2. Risk-reducing orders or strategies
The placing of certain orders (e.g. `stop-loss' orders, where permitted under local law, or `stop-limit' orders) which are intended to limit losses to certain amount may not be effective because market conditions may make it impossible to execute such orders. Strategies using combinations of positions, such as `spread' and `straddle' positions may be as risky as taking simple `long' or `short' positions.
3. Variable degree of risk
Transactions in options carry a high degree of risk. Purchasers and sellers of options should familiarize themselves with the type of option (i.e. put or call) which they contemplate trading and the associated risks. You should calculate the extent to which the value of the options must increase for your position to become profitable, taking into account the premium and all transaction costs. The purchaser of options may offset or exercise the options or allow the options to expire. The exercise of an option results either in a cash settlement or in the purchaser acquiring or delivering the underlying interest. If the option is on a future, the purchaser will acquire a futures position with associated liabilities for margin (see the section on Futures above). If the purchased options expire worthless, you will suffer a total loss of your investment which will consist of the option premium plus transaction costs. If you are contemplating purchasing deep-out-of-the-money options, you should be aware that the chance of such options becoming profitable ordinarily is remote.
Selling (`writing' or `granting') an option generally entails considerably greater risk than purchasing options. Although the premium received by the seller is fixed, the seller may sustain a loss well in excess of that amount. The seller will be liable for additional margin to maintain the position if the market moves unfavorably. The seller will also be exposed to the risk of the purchaser exercising the option and the seller will be obligated to either settle the option in cash or to acquire or deliver the underlying interest. If the option is on a future, the seller will acquire a position in a future with associated liabilities for margin (see the section on Futures above). If the option is `covered' by the seller holding a corresponding position in the underlying interest or a future or another option, the risk may be reduced. If the option is not covered, the risk of loss can be unlimited.
Certain exchanges in some jurisdictions permit deferred payment of the option premium, exposing the purchaser to liability for margin payments not exceeding the amount of the premium. The purchaser is still subject to the risk of losing the premium and transaction costs. When the option is exercised expires, the purchaser is responsible for any unpaid premium outstanding at that time.
Additional risks common to futures and options.

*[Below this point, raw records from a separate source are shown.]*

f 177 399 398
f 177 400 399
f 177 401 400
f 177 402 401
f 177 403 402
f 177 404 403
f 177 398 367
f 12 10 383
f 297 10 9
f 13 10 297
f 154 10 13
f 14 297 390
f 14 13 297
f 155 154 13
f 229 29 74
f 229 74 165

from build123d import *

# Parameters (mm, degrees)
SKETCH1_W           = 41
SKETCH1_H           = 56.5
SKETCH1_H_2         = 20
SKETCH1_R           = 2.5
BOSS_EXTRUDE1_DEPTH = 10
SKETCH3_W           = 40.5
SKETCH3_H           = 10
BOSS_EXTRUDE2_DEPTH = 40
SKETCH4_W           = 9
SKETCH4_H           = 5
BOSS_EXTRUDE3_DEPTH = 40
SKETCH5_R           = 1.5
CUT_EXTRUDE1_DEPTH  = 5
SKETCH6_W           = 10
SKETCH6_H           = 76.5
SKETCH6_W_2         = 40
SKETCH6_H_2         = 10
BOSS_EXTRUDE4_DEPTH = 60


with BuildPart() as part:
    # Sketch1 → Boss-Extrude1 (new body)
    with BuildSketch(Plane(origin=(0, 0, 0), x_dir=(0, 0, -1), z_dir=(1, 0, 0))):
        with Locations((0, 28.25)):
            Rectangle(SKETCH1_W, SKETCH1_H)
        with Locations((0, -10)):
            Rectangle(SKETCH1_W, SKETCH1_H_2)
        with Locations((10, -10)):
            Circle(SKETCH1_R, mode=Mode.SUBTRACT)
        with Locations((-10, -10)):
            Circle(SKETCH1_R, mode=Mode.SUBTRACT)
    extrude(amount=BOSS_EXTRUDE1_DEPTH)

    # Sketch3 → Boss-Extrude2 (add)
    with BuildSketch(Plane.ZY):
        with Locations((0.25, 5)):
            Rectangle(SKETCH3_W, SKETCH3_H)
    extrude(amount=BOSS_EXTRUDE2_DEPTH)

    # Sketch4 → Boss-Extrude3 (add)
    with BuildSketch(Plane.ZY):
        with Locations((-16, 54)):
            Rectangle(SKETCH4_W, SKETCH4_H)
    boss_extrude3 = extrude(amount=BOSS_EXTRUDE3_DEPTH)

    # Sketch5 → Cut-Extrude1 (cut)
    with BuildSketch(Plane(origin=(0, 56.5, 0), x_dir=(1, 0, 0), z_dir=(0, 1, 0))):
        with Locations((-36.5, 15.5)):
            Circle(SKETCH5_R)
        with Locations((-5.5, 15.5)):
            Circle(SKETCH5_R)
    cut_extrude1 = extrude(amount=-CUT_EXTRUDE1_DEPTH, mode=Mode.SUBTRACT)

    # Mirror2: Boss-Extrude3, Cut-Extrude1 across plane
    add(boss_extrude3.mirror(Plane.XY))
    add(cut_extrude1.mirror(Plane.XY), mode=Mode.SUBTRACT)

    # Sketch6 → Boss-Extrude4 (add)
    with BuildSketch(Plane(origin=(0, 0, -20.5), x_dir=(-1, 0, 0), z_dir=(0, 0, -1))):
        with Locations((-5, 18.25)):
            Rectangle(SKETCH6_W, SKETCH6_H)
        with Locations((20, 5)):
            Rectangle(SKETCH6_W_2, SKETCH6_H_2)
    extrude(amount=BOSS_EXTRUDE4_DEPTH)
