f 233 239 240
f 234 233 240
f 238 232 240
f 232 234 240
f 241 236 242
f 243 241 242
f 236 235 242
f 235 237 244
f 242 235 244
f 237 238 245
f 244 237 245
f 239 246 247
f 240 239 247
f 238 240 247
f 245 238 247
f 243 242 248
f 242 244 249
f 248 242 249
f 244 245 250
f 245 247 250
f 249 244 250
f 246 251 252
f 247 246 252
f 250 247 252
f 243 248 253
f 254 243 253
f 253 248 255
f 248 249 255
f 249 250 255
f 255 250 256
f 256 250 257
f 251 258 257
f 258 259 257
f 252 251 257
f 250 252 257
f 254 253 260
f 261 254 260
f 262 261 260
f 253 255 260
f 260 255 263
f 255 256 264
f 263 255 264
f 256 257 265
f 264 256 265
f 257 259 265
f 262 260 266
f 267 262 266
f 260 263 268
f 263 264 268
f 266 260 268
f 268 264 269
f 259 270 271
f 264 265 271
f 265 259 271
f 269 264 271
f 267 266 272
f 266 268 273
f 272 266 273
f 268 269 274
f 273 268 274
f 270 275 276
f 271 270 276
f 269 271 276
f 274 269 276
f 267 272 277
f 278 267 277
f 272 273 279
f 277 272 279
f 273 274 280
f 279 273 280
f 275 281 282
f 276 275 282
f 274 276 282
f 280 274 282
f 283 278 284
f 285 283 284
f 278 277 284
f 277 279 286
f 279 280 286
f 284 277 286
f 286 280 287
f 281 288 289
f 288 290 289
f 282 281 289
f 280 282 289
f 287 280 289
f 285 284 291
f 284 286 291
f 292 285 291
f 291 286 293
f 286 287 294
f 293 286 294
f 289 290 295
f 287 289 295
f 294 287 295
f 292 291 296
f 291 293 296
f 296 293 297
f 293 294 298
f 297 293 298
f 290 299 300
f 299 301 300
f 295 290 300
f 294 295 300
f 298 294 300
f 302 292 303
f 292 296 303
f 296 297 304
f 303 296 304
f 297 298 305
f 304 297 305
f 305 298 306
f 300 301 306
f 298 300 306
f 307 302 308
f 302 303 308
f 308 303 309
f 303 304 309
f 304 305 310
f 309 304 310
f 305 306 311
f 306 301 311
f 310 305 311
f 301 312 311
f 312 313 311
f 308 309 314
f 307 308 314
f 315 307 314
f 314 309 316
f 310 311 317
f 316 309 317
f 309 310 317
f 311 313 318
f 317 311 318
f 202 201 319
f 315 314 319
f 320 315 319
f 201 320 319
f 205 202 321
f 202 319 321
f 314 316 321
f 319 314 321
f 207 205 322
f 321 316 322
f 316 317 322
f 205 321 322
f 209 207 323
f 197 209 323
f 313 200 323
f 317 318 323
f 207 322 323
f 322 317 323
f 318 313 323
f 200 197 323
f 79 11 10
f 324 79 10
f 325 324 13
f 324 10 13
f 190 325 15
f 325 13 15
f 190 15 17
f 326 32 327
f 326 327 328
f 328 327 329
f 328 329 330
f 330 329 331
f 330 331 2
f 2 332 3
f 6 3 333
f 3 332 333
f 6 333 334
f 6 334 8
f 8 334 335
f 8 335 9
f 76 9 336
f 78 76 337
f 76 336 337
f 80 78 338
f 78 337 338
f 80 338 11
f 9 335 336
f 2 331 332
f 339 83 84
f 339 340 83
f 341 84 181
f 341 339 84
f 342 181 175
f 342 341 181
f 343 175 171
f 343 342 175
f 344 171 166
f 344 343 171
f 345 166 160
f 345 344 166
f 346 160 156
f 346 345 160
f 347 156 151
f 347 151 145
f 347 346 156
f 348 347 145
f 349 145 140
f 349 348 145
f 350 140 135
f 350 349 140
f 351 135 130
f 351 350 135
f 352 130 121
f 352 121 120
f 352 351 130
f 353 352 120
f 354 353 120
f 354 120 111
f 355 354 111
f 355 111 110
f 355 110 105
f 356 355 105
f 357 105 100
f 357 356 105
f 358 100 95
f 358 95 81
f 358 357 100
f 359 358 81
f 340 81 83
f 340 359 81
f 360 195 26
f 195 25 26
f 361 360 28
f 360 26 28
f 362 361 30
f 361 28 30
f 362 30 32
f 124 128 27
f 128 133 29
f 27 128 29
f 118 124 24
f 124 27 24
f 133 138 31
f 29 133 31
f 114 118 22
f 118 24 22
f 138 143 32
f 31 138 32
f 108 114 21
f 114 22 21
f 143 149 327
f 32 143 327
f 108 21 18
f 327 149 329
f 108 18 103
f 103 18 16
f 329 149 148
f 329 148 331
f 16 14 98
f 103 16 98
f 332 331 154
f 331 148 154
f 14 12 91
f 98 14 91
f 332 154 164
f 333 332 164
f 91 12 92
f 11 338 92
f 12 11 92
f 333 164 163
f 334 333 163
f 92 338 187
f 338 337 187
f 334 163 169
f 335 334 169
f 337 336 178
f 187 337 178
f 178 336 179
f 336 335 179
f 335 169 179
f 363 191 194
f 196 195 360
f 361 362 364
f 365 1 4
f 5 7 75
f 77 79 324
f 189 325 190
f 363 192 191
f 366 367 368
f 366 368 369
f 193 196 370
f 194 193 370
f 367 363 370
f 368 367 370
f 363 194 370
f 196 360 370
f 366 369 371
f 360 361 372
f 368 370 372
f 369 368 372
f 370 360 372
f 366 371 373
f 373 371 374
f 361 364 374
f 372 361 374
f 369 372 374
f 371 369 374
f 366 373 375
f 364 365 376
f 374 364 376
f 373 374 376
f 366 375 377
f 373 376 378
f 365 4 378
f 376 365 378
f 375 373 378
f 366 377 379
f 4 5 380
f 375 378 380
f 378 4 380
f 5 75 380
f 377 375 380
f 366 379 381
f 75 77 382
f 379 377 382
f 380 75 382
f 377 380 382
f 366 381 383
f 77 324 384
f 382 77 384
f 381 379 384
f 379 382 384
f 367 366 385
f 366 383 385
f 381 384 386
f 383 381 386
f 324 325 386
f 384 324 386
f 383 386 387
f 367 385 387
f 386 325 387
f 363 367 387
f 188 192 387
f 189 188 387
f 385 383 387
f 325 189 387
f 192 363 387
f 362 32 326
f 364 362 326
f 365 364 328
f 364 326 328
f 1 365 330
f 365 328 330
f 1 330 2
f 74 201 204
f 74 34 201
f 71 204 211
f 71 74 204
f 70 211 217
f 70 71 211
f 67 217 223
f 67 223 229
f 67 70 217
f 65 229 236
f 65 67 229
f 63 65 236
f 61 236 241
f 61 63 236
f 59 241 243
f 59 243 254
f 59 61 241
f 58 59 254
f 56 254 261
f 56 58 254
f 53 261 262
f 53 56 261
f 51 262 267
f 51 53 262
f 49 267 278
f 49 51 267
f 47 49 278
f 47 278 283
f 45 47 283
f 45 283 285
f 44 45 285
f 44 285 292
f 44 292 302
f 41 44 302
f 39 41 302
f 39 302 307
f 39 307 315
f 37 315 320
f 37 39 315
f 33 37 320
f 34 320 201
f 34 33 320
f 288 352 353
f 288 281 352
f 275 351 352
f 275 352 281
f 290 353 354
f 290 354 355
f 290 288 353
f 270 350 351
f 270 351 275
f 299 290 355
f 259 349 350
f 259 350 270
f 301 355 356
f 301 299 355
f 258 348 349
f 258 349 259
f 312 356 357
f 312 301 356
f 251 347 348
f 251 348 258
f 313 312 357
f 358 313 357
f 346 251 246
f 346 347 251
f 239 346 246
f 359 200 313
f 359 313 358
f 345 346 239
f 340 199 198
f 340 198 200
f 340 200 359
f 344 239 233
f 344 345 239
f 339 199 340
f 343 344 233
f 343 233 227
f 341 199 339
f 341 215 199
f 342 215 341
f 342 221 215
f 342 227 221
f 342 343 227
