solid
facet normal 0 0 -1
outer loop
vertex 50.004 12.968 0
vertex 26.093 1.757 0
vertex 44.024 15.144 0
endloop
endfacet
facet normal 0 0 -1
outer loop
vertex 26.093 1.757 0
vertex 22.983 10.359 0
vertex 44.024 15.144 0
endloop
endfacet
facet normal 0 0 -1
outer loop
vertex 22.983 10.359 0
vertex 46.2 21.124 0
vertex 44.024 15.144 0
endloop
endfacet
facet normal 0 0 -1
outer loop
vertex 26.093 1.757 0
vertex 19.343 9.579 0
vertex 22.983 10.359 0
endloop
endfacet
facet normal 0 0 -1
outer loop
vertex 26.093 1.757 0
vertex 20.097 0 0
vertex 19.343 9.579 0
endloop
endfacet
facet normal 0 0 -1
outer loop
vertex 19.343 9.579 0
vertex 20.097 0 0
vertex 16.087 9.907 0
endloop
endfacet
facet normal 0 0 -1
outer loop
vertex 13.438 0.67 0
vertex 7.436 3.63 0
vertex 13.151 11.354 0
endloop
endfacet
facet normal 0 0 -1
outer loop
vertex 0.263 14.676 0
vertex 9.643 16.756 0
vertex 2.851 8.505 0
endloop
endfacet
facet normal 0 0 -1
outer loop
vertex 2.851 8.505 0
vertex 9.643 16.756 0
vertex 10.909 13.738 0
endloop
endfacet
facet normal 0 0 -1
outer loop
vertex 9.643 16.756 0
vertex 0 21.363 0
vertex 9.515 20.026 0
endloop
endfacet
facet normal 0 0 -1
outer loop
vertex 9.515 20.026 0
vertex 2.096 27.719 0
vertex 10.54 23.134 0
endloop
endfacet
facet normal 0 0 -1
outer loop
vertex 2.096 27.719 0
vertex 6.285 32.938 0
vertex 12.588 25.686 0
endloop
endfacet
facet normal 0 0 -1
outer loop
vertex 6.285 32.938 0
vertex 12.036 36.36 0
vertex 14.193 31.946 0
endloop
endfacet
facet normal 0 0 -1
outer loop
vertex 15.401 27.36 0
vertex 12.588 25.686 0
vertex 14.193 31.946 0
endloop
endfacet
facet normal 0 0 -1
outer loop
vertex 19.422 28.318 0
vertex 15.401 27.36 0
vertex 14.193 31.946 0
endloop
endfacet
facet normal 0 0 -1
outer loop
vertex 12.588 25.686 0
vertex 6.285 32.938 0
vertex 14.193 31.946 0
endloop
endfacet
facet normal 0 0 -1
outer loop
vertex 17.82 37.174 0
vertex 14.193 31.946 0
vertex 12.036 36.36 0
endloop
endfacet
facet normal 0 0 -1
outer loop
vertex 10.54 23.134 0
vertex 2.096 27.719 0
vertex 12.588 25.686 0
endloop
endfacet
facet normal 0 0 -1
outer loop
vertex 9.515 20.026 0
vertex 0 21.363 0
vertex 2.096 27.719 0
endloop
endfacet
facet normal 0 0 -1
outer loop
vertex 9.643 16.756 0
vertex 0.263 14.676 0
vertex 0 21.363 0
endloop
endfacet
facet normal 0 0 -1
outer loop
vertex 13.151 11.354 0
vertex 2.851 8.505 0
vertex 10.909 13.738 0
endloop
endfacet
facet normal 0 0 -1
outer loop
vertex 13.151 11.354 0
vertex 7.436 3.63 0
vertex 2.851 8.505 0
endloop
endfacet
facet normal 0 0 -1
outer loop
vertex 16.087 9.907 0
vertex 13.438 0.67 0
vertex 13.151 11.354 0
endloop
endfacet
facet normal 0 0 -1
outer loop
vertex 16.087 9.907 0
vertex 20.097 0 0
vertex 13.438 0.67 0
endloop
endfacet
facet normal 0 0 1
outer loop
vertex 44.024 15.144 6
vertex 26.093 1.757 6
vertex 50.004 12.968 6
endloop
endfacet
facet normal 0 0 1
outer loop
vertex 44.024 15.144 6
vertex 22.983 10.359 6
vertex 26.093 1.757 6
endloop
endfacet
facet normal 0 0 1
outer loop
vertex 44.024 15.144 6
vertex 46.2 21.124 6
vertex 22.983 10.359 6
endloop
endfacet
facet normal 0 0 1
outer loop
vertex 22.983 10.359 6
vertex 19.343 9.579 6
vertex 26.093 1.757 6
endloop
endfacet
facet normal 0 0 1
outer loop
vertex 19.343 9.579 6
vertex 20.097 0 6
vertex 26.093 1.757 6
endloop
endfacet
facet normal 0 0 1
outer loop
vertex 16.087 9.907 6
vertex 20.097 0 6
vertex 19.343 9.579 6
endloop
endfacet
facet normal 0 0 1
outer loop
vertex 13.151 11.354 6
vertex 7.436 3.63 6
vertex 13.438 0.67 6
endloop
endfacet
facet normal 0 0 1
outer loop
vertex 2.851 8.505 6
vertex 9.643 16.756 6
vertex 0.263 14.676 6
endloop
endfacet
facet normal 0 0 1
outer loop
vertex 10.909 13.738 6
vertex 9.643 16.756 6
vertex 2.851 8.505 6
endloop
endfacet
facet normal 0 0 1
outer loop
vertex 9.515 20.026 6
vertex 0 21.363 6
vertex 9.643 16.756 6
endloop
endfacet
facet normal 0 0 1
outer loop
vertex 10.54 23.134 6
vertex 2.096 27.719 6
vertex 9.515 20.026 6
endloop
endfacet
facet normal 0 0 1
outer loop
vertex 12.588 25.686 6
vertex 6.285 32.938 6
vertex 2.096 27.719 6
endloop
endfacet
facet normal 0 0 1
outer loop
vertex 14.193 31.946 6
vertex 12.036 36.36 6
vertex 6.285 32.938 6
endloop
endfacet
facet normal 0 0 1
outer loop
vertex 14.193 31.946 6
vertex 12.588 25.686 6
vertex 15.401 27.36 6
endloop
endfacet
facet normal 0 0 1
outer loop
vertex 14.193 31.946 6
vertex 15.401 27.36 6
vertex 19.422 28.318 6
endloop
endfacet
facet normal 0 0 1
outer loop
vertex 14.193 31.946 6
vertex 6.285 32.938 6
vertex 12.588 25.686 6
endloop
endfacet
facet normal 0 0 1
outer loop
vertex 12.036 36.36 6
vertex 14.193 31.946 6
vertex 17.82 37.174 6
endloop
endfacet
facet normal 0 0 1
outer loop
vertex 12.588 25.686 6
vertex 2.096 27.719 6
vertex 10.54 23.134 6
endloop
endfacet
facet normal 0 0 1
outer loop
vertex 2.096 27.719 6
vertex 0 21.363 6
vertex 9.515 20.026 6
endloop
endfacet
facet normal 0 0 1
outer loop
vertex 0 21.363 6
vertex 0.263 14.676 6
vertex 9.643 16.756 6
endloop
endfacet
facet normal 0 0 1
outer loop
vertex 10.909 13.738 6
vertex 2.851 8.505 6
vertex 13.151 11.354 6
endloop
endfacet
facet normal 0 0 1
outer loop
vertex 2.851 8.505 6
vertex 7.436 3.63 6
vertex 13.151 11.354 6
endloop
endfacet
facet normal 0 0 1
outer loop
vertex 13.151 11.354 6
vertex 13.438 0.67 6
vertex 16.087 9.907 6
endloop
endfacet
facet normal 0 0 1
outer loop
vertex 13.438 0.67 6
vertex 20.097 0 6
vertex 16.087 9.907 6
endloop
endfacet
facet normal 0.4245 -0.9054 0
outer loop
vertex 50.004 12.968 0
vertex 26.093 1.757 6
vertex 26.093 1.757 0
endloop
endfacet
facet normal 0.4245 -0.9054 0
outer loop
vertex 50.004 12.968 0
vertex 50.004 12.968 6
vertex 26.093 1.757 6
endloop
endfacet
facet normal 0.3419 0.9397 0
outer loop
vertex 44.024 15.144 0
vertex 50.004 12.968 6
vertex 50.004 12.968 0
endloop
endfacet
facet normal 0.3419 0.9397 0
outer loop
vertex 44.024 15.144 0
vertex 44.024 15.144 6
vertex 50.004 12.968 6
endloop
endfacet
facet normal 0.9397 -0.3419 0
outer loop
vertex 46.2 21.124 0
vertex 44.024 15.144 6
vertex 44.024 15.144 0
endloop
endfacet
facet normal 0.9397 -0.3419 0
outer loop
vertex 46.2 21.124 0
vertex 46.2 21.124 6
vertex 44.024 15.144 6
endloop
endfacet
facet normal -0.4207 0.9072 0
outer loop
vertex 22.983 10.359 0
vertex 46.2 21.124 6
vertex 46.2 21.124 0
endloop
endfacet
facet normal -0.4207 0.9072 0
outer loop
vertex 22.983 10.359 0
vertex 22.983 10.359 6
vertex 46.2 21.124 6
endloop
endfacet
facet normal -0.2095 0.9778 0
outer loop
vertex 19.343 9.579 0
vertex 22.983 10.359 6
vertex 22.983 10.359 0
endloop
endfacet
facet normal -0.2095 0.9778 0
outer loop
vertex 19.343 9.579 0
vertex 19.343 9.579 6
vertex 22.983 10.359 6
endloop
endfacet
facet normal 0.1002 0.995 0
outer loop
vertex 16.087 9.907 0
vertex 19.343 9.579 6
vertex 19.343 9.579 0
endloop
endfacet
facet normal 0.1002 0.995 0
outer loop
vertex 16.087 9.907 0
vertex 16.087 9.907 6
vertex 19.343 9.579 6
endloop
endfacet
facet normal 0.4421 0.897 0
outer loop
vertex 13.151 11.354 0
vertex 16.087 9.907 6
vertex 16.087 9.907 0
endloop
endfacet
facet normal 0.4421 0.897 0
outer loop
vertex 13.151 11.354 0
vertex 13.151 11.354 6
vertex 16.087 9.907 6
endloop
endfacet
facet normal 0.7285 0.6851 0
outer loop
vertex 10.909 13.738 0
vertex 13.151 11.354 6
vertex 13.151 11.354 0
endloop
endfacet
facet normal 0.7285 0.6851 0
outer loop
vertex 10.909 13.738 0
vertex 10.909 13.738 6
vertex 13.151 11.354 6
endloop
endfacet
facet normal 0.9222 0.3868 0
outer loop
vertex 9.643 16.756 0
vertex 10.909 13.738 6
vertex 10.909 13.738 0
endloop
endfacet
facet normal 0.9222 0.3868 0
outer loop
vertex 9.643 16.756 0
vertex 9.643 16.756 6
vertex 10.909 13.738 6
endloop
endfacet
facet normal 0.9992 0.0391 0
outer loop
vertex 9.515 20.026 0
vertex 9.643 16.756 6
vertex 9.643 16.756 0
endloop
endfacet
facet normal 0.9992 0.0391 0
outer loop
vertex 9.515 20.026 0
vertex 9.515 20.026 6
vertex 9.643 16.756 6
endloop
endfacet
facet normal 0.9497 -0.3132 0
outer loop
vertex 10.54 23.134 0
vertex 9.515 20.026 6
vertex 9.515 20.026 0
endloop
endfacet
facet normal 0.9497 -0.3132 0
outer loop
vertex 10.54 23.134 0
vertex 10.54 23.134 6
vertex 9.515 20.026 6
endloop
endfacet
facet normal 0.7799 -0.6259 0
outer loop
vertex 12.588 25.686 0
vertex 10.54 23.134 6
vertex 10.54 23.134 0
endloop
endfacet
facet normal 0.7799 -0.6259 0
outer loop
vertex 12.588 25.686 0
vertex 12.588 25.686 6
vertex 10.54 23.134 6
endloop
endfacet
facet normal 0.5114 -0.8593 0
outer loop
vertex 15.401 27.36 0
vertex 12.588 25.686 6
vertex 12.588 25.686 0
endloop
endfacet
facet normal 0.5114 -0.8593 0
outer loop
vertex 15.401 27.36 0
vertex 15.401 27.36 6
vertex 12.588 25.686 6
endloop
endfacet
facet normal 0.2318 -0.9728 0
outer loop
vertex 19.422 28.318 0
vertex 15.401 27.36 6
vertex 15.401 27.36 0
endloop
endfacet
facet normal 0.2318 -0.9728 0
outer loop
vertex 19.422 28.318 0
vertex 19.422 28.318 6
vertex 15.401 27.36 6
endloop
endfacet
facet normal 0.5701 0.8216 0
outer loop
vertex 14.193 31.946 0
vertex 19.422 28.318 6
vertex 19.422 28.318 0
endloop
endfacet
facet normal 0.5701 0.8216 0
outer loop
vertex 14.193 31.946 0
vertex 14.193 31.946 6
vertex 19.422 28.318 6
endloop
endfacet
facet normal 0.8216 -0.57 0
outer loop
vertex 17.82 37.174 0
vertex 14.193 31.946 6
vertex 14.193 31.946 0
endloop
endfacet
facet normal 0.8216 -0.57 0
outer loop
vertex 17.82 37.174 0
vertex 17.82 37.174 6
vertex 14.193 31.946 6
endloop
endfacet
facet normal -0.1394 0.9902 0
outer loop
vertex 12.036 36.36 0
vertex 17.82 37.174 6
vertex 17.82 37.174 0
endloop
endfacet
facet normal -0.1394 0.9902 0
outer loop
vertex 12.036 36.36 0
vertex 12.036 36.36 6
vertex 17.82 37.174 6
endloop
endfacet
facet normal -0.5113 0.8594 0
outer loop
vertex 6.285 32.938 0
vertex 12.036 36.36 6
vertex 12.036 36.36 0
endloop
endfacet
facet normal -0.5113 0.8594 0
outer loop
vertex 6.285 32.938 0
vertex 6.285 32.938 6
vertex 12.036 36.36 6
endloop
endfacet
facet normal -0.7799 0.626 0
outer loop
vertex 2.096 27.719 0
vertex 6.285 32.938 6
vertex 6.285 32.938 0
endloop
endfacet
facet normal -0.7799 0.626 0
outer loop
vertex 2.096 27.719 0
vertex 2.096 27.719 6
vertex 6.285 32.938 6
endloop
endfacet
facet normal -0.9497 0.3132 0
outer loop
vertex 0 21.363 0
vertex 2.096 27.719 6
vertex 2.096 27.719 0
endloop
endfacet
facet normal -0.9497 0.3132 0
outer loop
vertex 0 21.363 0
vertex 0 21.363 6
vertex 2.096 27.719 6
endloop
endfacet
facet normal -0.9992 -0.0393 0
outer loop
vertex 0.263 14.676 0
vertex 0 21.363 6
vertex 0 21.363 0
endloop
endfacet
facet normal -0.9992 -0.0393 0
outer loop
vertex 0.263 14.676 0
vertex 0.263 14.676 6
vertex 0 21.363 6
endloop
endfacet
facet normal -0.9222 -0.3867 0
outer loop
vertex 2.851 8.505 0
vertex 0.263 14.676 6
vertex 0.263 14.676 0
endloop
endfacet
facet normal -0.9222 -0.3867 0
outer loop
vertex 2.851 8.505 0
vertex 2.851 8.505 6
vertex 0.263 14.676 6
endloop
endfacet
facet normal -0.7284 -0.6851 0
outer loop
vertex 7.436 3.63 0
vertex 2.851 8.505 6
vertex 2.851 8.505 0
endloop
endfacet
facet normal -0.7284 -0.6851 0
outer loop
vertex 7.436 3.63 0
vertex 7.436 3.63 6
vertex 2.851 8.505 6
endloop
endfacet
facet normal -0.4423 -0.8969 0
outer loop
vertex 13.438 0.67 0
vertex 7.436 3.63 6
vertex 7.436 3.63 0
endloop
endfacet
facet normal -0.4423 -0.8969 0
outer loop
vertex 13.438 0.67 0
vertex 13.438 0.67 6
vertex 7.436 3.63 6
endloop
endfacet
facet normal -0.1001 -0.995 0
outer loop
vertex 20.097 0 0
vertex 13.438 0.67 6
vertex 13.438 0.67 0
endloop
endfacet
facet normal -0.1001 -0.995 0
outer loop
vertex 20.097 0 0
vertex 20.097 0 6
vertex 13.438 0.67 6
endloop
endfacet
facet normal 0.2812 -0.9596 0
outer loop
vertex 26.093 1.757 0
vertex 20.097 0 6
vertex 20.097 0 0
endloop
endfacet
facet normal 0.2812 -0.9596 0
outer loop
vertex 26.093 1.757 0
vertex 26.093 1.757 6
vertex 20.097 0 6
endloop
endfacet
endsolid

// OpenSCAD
$fn = 32;

// ----------------------------------------------------------------------
// Hook plate: curl radius 14 mm over 205 degrees, 9 mm thick band
// ----------------------------------------------------------------------

// --- parameters (mm) ---
profile_height = 6;       // extrusion height
profile_points = 26;      // points of the closed outline

profile = [[14.193, 31.946], [17.82, 37.174], [12.036, 36.36], [6.285, 32.938], [2.096, 27.719], [0, 21.363], [0.263, 14.676], [2.851, 8.505], [7.436, 3.63], [13.438, 0.67], [20.097, 0], [26.093, 1.757], [50.004, 12.968], [44.024, 15.144], [46.2, 21.124], [22.983, 10.359], [19.343, 9.579], [16.087, 9.907], [13.151, 11.354], [10.909, 13.738], [9.643, 16.756], [9.515, 20.026], [10.54, 23.134], [12.588, 25.686], [15.401, 27.36], [19.422, 28.318]];  // single closed polygon, 26 points, counter clockwise

// --- the one profile operation ---
linear_extrude(height = profile_height) polygon(points = profile);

4. Terms and conditions of contracts
You should ask the firm with which you deal about the terms and conditions of the specific futures or options which you are trading and associated obligations (e.g. the circumstances under which you may become obligated to make or take delivery of the underlying interest of a futures contract and, in respect of options, expiration dates and restrictions on the time for exercise). Under certain circumstances the specifications of outstanding contracts (including the exercise price of an option) may be modified by the exchange or clearing house to reflect changes in the underlying interest.
5. Suspension or restriction of trading and pricing relationships
Market conditions (e.g. illiquidity) and/or the operation of the rules of certain markets (e.g. the suspension of trading in any contract or contract month because of price limits or "circuit breakers") may increase the risk of loss by making it difficult or impossible to effect transactions or liquidate/offset positions. If you have sold options, this may increase the risk of loss.
Further, normal pricing relationships between the underlying interest and the future, and the underlying interest and the option may not exist. This can occur when, for example, the futures contract underlying the option is subject to price limits while the option is not. The absence of an underlying reference price may make it difficult to judge "fair" value.
6. Deposited cash and property
You should familiarize yourself with the protections accorded money or other property you deposit for domestic and foreign transactions, particularly in the event of a firm insolvency or bankruptcy. The extent to which you may recover your money or property may be governed by specific legislation or local rules. In some jurisdictions, property which had been specifically identifiable as your own will be pro-rated in the same manner as cash for purposes or distribution in the event of a shortfall.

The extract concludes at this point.